Cabang-Cabang الأُمُورُ بِمَقَا صِدِهَا
1)
مَلاَ يُشْتَرَطُ التَّعَرُّضُ لَهُ جُمْلَةً وَتَفْصِيلاً اِذَا
عَيَّنَهُ وَاَخْطَاَلَمْ يَضُرُّ
“Suatu
amal yang tidak disyaratkan untuk dijelaskan, baik secara global atau
terperinci, bila dipastikan dan ternyata salah, maka kesalahannya tidak
membahayakan (tidak membatalkan)”.
Maksud
:
Kaedah
ini menunjukkan bahwa sebuah niat
ibadah yang tidak menuntut untuk disinggung secara terperinci maupun global,
ketika disebutkan secara
keliru, maka kesalahan tersebut tidak berpengaruh terhadap keabsahan ibadah. Misalnya: menyebut tempat shalat secara
keliru tidak membatalkan shalat.
2)
وَمَا يُشْتَرَطُ فِيْهِ التَّعَرُّضُ فالخَطَاُ فِيهِ مُبْطِلٌ
“Suatu amal
yang disyaratkan penjelasannya, maka kesalahannya membatalkan perbuatannya
tersebut.”
Maksud :
Akan
tetapi niat ibadah itu diharuskan untuk disebutkan secara jelas, maka keliru
dalam meniatkannya mengakibatkan batalnya ibadah tersebut. Sehingga mengerjakan shalat
dengan niat puasa dinilai tidak sah.
3)
وَمَا يَحجِبُ
التّعَرُّضُ لَهُ جُمْلَةً وَلَيُشْتَرَطُ تَعْيِيْنُهُ تَفْضِيْلًا اِذَا
عَيَّنَهُ فَاَخْطَاَضَرٌّ
“Suatu amal
yang harus dijelaskan secara global dan tidak dijelaskan secara terperinci,
karena apabila disebutkan secara terperinci dan ternyata salah maka
kesalahannya membahayakan.”
maksud :
Maksud
kaedah ini terkait dengan niat
yang mengharuskan untuk disebutkan secara global saja. Ketika niat
ibadah tersebut disebutkan secara lebih detail dan ternyata keliru, maka
kesalahan itu mengakibatkan rusaknya ibadah. Seseorang yang melakukan shalat jenazah dengan niat dan
anggapan mayit laki-laki dan ternyata mayit tersebut wanita, maka shalat
janazah yang ia kerjakan dinilai tidak sah.
contoh :
- Niat mengikut Ali ketika sembahyang dan tidak isyaratkan kepada Ali sedangkan yang diikuti Zaid tidak sah.

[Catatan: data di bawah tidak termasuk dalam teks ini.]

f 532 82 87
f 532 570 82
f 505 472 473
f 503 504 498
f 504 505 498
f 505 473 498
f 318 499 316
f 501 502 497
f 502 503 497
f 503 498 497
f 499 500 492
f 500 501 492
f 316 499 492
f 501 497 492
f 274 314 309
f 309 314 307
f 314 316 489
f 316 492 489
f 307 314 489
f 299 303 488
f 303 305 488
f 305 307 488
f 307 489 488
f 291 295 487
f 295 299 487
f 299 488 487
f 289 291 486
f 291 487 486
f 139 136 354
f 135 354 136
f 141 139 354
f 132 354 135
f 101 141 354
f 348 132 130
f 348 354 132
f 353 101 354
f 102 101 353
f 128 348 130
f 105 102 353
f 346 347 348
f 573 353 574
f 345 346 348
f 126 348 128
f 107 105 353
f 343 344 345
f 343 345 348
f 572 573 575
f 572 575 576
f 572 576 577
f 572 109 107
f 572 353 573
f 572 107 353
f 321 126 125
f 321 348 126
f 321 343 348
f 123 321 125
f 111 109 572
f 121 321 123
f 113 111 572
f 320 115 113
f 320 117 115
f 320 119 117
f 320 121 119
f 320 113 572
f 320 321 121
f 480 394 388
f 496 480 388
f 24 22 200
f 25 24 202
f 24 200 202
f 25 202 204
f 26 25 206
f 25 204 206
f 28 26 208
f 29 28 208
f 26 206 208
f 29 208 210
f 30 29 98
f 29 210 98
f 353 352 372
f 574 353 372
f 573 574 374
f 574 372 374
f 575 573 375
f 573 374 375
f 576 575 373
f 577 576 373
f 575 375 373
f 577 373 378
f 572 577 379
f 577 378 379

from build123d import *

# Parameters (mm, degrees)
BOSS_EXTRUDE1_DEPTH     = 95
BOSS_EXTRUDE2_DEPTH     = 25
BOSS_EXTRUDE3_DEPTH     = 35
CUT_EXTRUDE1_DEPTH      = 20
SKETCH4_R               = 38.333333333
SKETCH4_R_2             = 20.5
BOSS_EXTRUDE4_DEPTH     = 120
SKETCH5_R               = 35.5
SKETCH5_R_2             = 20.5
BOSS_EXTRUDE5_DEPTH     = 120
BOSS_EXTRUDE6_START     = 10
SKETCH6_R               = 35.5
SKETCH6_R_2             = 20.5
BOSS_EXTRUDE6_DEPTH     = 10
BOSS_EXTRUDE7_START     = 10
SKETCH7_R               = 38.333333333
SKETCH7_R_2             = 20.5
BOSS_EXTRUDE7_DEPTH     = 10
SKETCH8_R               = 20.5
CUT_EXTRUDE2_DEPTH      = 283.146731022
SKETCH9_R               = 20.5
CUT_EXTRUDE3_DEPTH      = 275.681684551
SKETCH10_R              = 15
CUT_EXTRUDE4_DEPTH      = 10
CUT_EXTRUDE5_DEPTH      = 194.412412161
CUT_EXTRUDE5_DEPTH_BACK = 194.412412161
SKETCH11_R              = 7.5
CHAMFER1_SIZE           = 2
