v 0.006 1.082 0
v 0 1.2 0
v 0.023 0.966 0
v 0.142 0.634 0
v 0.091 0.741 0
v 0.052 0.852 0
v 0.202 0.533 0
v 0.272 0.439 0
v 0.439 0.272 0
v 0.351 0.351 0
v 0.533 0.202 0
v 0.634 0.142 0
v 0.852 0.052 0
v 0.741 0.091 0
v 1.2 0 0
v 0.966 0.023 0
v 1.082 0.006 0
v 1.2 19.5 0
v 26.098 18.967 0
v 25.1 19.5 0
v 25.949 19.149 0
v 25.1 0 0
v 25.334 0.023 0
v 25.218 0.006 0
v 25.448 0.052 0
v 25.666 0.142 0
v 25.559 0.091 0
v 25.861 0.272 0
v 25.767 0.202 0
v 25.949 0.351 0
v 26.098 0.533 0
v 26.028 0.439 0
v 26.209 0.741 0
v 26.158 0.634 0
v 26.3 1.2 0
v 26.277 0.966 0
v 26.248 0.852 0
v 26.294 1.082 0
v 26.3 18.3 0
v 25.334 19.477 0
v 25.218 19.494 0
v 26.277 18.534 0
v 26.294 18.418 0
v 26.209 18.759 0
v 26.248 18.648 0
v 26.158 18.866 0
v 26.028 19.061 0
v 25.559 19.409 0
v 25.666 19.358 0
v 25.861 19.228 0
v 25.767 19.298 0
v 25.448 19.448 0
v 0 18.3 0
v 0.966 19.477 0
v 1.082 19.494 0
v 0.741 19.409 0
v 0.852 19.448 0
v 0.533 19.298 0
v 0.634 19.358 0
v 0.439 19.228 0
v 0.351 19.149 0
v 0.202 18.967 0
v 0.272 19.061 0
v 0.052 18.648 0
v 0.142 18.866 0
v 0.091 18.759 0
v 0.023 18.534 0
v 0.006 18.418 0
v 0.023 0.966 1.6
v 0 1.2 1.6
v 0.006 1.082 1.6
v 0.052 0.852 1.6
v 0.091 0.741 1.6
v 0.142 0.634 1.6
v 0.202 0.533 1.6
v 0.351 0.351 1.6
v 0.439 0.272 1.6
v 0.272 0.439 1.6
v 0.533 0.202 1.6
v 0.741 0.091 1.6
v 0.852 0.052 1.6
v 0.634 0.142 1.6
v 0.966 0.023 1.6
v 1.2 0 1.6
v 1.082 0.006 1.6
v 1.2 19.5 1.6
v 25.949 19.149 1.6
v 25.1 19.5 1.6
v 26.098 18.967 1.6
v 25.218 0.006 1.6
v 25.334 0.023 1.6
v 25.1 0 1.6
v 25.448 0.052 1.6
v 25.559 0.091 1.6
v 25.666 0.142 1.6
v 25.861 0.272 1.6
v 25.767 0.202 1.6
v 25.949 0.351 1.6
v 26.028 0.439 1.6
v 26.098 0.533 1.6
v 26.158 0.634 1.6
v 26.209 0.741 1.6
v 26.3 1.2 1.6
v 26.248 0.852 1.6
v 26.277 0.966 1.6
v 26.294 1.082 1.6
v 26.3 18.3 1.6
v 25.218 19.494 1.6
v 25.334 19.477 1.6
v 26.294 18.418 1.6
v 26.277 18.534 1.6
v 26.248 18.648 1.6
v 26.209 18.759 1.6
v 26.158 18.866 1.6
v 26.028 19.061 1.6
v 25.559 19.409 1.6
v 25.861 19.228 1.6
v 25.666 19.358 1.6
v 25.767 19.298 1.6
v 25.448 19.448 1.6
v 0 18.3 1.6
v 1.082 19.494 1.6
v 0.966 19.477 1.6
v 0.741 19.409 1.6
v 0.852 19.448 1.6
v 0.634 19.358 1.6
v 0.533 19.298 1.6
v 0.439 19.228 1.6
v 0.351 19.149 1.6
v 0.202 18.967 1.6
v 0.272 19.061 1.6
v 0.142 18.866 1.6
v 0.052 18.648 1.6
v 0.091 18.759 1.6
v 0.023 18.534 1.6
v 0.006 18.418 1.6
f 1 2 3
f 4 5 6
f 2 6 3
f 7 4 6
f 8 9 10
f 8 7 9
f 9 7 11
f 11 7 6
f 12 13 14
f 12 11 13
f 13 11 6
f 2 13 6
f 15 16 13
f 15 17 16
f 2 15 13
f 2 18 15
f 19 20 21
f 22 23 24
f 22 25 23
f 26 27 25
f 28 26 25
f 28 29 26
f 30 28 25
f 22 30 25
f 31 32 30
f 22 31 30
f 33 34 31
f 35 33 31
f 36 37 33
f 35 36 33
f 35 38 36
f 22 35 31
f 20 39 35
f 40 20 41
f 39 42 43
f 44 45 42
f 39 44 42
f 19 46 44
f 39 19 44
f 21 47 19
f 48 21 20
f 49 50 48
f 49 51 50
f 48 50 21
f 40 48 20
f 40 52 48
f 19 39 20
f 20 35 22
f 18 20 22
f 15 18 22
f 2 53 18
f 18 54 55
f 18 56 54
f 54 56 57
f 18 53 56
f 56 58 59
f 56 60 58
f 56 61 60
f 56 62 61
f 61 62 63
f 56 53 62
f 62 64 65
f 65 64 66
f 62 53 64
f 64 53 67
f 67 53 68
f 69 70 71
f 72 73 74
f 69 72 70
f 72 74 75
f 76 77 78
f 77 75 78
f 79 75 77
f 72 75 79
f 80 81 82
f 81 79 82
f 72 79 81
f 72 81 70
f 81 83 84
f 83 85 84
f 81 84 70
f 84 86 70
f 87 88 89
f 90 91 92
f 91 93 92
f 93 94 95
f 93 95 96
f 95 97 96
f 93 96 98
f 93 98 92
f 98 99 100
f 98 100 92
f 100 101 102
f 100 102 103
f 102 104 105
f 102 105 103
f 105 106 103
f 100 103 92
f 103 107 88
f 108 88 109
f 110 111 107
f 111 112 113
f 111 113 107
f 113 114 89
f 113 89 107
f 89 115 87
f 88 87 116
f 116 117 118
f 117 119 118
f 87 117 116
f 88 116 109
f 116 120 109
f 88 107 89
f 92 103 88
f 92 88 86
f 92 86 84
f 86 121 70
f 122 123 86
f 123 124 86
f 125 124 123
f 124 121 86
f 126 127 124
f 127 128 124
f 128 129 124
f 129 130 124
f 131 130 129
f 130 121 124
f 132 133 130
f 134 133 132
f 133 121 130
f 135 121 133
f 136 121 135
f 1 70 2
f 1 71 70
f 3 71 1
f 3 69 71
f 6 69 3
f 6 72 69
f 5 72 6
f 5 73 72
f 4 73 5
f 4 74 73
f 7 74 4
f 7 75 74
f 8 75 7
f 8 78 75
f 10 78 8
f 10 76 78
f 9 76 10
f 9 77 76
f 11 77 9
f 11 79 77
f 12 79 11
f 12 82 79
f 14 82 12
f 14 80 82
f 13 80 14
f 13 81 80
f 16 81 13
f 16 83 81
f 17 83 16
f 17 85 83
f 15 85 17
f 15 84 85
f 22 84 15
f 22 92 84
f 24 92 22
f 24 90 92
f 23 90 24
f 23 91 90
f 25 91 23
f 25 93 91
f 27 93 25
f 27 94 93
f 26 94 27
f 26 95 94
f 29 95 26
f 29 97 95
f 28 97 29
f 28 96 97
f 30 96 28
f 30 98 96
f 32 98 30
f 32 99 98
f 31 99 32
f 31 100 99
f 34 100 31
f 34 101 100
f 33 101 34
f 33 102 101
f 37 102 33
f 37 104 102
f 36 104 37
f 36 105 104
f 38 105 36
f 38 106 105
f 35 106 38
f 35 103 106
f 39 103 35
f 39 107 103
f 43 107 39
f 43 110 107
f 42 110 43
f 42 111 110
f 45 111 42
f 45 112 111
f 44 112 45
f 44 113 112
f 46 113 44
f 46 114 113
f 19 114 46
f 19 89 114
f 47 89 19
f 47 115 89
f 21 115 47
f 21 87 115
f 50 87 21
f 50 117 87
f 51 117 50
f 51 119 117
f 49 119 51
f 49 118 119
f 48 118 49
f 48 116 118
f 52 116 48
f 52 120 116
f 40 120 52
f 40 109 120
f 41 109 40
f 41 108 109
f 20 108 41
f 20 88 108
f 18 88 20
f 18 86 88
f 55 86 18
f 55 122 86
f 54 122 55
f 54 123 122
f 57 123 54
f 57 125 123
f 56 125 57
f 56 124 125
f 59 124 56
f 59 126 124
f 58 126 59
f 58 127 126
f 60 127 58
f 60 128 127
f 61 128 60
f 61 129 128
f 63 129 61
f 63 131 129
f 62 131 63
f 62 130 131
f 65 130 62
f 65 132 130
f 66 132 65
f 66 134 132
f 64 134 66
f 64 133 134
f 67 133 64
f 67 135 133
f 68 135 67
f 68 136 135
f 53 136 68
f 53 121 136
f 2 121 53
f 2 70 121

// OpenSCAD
$fn = 64;

board_x = 26.3;
board_y = 19.5;
board_th = 1.6;

corner_r = 1.2;

module rounded_rect_2d(x, y, r){
    r2 = min(r, min(x,y)/2);
    hull(){
        translate([ r2,  r2]) circle(r=r2);
        translate([x-r2,  r2]) circle(r=r2);
        translate([ r2, y-r2]) circle(r=r2);
        translate([x-r2, y-r2]) circle(r=r2);
    }
}

module pcb(){
    color([0.05, 0.35, 0.12])
    linear_extrude(height=board_th)
        rounded_rect_2d(board_x, board_y, corner_r);
}

pcb();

- Niat sembahyang jenazah ke atas zaid sedangkan umar atau ke atas lelaki sedangkan perempuan tak sah. Kedua dua masalah ini jika tidak diisyaratkan keatas simati.
- Tidak disyarat taayin bilangan rakaat zohor, asar, jika diniatkan bilangan zohor lima atau tiga tak sah.
- Niat sembahyang ke atas jenazah seramai 10 orang sedangkan yang mati 11 orang tak sah solat dan wajib diulangi ke atas semua.Kerana ada diantara jenazah tersebut yang tidak disembahyangkan.Jika sekiranya diniatkan sepuluh orang yang meninggal 9 orang sah.
- Niat qadha zohor hari isnin sedangkan hari selasa tak sah.
4)
النّيَةُ فِى اليَمِينِ تُخَصِّصُ الّفْظَ العَامِ وَلاَ
تَعُّمُّالخَصَّ
“niat dalam
sumpah mengkhususkan lafadz umum, dan tidak pula menjadikan umum pada lafadz
yang khusus.”
maksud
:
maksud dari kaidah ini adalah niat dengan lafal umum kepada sesuatu
dalam hal sumpah, dapat menghususkan lafal tersebut, dan tidak berlaku untuk
sebaliknya.
contoh
: orang yang bersumpah tidak akan berbicara dengan seseorang tetapi yang
dimaksud ialah orang tertentu yakni Vasco, maka sumpahnya hanya belaku pada
Vasco.
5)
مَقَاصُالَّفْظِ عَلَى نِيَةِ اللاَّفِظِ اِلاَّ فِى مَوْضِعٍ وَاحِدٍ
وَهُوَ اليَمِيْنُ عِنْدَ القَاضِ فَاِنَّهَا غَلَى نِيَةِ القَا ضِى
“ maksud dari suatu lafadz adalah
menurut niat orang yang mengucapkannya, kecuali dalam satu tempat, yatiu
dalam sumpah di hadapan hakim.dalam keadaan demikian maksud lafadz menurut niat
hakim.”
maksud :
untuk menetukan maksud
sebuah ungkapan yang menerima multi tafsir, harus dikembalikan kepada niat
orang yang mengucapkannya. Tetapi kaedah
ini tidak berlaku dalam pengambilan sumpah di pengadilan. Maksud dan kandungan
sumpah ditetapkan oleh hakim, bukan kepada niat orang yang disumpah. Seseorang yang mengucapkan lafad
talak sebanyak tiga kali tanpa huruf ‘ataf; jika disertai niat isti’naf, maka
jatuh talak tiga. Dan jika ia hanya bermaksud taukid, maka jatuh talak satu.
6)
العِبْرَةُ فِى الُعُقُوْدِ المَقَاصِدُ وَالمَعَانِى لاَ لِلأَ
وَالمَعَانِى
“ Yang dimaksud
dalam akad adalah maksud atau makna bukan lafadz atau bentuk-bentuk perkataan.”
maksud
:
Dalam suatu akad, bila terjadi perbedaan antara maksud (niat) si
pembuat dengan lafal yang diucapkan, maka yang dianggap akad adalah niat/
maksudnya, selama yang demikian itu masih diketahui. misalnya ada dua orang mengadakan transaksi
dengan lafal memberi
barang dengan syarat
adanya pembayaran harga
barang itu, maka transaksi ini dipandang sebagai transaksi jual beli, karena transaksi
inilah yang dimaksud atas makna
dari si pembuat transaks, bukan transaksi
pemberian sebagaimana yang dikehendaki oleh lafal.